⟨

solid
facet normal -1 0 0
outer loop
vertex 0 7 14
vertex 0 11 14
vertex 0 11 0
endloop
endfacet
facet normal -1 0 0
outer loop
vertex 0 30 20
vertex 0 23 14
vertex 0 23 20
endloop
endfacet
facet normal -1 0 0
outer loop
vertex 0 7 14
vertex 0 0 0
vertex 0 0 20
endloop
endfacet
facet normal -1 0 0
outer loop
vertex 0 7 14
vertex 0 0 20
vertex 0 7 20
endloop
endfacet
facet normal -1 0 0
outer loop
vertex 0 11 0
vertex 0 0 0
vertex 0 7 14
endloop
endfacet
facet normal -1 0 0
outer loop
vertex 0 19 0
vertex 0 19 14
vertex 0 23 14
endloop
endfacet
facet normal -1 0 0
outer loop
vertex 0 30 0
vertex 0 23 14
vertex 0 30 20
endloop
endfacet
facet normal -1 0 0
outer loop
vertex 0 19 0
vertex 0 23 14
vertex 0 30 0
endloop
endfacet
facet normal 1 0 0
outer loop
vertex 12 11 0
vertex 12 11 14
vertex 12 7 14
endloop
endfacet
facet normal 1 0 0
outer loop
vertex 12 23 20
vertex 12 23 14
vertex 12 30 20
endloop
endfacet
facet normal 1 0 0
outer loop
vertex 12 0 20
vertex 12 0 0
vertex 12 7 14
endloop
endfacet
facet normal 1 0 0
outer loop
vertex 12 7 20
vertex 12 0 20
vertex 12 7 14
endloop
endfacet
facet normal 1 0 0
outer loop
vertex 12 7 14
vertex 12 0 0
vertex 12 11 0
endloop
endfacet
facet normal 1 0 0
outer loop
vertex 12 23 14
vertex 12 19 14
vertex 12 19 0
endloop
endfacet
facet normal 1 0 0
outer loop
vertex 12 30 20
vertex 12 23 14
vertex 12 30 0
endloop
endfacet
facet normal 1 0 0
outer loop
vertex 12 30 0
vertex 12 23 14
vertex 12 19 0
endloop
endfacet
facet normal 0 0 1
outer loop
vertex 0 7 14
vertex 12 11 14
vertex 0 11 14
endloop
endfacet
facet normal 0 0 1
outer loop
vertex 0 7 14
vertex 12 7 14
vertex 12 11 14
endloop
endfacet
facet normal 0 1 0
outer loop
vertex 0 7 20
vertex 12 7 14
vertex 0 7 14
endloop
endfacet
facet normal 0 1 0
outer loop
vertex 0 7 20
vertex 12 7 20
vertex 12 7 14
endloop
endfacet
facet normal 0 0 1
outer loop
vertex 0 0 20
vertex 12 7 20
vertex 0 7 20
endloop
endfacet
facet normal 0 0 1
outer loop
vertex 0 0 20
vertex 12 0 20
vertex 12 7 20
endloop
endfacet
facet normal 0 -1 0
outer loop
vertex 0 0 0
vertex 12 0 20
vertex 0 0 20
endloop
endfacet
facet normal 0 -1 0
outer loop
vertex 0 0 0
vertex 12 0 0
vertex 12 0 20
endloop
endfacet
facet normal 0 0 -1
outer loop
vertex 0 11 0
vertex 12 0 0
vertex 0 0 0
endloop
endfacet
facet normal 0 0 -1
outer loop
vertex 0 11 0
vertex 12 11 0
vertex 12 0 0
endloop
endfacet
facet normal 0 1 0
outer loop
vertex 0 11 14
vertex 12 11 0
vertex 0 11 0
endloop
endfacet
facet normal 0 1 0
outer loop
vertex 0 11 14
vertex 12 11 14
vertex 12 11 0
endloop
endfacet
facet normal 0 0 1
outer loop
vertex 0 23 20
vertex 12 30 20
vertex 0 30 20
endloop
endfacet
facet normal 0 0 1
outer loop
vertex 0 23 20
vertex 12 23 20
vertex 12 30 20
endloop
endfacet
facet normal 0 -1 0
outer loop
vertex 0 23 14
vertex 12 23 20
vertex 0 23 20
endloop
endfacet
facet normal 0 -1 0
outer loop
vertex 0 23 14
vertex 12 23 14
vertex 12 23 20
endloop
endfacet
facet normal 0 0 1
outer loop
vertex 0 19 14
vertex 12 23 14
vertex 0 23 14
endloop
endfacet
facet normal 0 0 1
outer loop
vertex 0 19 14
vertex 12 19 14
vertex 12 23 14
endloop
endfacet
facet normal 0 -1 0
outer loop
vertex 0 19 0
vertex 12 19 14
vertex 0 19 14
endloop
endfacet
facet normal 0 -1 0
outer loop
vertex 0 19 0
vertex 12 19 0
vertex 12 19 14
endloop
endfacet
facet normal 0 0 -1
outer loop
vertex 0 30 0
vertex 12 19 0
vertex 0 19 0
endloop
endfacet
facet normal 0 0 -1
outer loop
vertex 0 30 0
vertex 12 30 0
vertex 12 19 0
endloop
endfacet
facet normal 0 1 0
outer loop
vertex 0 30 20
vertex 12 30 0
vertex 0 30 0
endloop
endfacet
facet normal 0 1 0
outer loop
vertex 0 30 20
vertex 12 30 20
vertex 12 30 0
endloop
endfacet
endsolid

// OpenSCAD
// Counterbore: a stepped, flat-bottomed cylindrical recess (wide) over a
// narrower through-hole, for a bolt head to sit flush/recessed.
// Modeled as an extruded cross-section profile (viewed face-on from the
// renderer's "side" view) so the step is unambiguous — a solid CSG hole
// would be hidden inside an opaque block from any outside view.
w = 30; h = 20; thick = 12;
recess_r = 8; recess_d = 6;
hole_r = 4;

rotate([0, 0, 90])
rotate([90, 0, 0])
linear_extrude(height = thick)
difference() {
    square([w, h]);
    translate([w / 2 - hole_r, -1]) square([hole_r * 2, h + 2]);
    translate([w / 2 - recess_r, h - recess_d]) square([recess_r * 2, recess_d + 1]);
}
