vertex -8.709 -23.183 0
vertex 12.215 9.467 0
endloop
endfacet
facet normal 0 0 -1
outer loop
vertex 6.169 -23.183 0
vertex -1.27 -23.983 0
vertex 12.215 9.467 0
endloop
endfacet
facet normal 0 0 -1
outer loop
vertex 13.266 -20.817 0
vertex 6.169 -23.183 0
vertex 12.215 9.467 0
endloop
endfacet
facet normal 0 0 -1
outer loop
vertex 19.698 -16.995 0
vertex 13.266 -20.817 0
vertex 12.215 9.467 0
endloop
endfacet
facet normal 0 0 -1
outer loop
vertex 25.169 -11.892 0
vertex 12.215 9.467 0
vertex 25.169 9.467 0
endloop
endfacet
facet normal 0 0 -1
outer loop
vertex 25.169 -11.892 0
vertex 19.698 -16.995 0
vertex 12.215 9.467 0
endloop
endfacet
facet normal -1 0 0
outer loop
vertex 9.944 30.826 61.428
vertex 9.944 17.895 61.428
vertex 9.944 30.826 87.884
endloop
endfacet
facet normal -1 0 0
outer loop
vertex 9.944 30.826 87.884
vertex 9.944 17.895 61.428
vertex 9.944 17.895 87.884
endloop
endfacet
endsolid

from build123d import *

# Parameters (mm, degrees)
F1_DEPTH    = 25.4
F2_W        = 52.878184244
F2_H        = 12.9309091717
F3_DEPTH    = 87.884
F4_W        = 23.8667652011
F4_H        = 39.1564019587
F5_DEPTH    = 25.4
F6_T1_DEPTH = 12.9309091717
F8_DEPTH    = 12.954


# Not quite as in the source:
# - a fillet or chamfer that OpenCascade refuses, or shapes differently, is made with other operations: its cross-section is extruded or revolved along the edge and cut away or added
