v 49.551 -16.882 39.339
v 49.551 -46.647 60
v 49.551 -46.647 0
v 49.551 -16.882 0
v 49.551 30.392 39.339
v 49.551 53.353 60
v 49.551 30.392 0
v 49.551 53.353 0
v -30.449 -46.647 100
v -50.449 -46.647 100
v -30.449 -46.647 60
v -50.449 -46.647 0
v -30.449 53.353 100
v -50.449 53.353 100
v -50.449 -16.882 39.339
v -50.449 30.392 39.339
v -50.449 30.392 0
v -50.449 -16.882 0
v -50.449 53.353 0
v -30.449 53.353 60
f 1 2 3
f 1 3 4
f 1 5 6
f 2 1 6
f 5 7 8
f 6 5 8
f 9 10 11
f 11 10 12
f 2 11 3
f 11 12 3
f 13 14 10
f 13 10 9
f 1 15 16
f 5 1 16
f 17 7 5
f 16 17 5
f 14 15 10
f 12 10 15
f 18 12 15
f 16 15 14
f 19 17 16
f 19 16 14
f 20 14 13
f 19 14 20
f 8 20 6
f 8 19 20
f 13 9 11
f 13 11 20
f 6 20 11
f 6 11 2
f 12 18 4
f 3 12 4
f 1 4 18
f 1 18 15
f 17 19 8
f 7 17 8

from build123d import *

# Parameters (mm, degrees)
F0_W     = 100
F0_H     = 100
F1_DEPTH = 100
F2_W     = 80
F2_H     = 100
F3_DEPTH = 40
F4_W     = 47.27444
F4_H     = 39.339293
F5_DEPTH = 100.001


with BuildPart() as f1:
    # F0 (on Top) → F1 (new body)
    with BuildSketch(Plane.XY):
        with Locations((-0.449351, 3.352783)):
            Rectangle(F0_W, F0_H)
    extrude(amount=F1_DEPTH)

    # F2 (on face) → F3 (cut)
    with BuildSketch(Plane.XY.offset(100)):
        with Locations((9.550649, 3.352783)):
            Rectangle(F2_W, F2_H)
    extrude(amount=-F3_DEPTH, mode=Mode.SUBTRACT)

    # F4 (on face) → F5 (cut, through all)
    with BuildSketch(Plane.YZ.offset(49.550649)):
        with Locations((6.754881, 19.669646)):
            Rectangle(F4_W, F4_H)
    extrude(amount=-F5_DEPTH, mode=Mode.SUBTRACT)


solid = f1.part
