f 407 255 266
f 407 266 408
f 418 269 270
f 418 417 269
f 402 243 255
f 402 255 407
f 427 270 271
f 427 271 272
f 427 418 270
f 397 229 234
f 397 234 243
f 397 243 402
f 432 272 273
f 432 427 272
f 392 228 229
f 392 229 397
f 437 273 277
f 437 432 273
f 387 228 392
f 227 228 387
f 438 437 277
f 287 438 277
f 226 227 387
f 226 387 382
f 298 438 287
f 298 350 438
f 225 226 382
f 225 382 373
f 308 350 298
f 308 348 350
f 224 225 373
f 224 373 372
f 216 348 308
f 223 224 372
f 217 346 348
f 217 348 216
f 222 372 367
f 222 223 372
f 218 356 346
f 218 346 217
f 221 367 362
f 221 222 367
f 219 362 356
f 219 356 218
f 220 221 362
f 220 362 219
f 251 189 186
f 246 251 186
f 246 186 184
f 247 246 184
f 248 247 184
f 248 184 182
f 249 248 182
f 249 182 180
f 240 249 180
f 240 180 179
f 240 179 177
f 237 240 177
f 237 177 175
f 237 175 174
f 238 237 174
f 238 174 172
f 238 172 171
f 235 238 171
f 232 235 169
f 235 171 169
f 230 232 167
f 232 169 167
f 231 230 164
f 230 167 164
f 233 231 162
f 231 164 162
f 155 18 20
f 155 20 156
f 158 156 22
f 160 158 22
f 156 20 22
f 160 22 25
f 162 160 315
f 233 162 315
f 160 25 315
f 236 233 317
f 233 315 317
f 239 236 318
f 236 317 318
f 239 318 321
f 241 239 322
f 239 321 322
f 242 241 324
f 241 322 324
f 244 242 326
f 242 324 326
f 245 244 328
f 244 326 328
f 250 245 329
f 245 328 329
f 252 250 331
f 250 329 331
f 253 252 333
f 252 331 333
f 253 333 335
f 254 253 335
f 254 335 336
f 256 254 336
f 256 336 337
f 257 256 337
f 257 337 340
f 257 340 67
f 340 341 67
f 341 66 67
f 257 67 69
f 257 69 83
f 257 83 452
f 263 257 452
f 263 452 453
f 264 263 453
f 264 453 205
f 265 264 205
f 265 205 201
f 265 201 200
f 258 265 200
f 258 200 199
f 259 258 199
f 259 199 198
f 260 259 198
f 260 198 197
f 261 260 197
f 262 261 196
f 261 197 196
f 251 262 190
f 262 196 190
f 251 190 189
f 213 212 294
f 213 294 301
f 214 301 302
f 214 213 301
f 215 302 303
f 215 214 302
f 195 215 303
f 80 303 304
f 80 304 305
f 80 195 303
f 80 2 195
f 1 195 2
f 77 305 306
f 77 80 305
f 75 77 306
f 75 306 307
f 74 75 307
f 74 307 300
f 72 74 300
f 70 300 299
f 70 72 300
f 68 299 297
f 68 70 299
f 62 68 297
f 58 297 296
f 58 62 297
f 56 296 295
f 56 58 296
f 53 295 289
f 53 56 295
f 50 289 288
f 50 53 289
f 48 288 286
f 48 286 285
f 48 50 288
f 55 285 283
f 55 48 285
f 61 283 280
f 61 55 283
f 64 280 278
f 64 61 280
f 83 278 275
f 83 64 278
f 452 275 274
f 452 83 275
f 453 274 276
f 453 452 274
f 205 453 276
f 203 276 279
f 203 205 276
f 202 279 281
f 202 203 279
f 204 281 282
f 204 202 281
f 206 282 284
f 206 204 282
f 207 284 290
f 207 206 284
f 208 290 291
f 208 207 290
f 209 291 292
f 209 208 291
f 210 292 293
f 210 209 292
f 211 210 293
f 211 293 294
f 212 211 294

⟩

### Directions
Set down exactly, and only, the lines from the one containing "f 230 167 164" to the final line of the data.

### Result for this exercise
f 230 167 164
f 233 231 162
f 231 164 162
f 155 18 20
f 155 20 156
f 158 156 22
f 160 158 22
f 156 20 22
f 160 22 25
f 162 160 315
f 233 162 315
f 160 25 315
f 236 233 317
f 233 315 317
f 239 236 318
f 236 317 318
f 239 318 321
f 241 239 322
f 239 321 322
f 242 241 324
f 241 322 324
f 244 242 326
f 242 324 326
f 245 244 328
f 244 326 328
f 250 245 329
f 245 328 329
f 252 250 331
f 250 329 331
f 253 252 333
f 252 331 333
f 253 333 335
f 254 253 335
f 254 335 336
f 256 254 336
f 256 336 337
f 257 256 337
f 257 337 340
f 257 340 67
f 340 341 67
f 341 66 67
f 257 67 69
f 257 69 83
f 257 83 452
f 263 257 452
f 263 452 453
f 264 263 453
f 264 453 205
f 265 264 205
f 265 205 201
f 265 201 200
f 258 265 200
f 258 200 199
f 259 258 199
f 259 199 198
f 260 259 198
f 260 198 197
f 261 260 197
f 262 261 196
f 261 197 196
f 251 262 190
f 262 196 190
f 251 190 189
f 213 212 294
f 213 294 301
f 214 301 302
f 214 213 301
f 215 302 303
f 215 214 302
f 195 215 303
f 80 303 304
f 80 304 305
f 80 195 303
f 80 2 195
f 1 195 2
f 77 305 306
f 77 80 305
f 75 77 306
f 75 306 307
f 74 75 307
f 74 307 300
f 72 74 300
f 70 300 299
f 70 72 300
f 68 299 297
f 68 70 299
f 62 68 297
f 58 297 296
f 58 62 297
f 56 296 295
f 56 58 296
f 53 295 289
f 53 56 295
f 50 289 288
f 50 53 289
f 48 288 286
f 48 286 285
f 48 50 288
f 55 285 283
f 55 48 285
f 61 283 280
f 61 55 283
f 64 280 278
f 64 61 280
f 83 278 275
f 83 64 278
f 452 275 274
f 452 83 275
f 453 274 276
f 453 452 274
f 205 453 276
f 203 276 279
f 203 205 276
f 202 279 281
f 202 203 279
f 204 281 282
f 204 202 281
f 206 282 284
f 206 204 282
f 207 284 290
f 207 206 284
f 208 290 291
f 208 207 290
f 209 291 292
f 209 208 291
f 210 292 293
f 210 209 292
f 211 210 293
f 211 293 294
f 212 211 294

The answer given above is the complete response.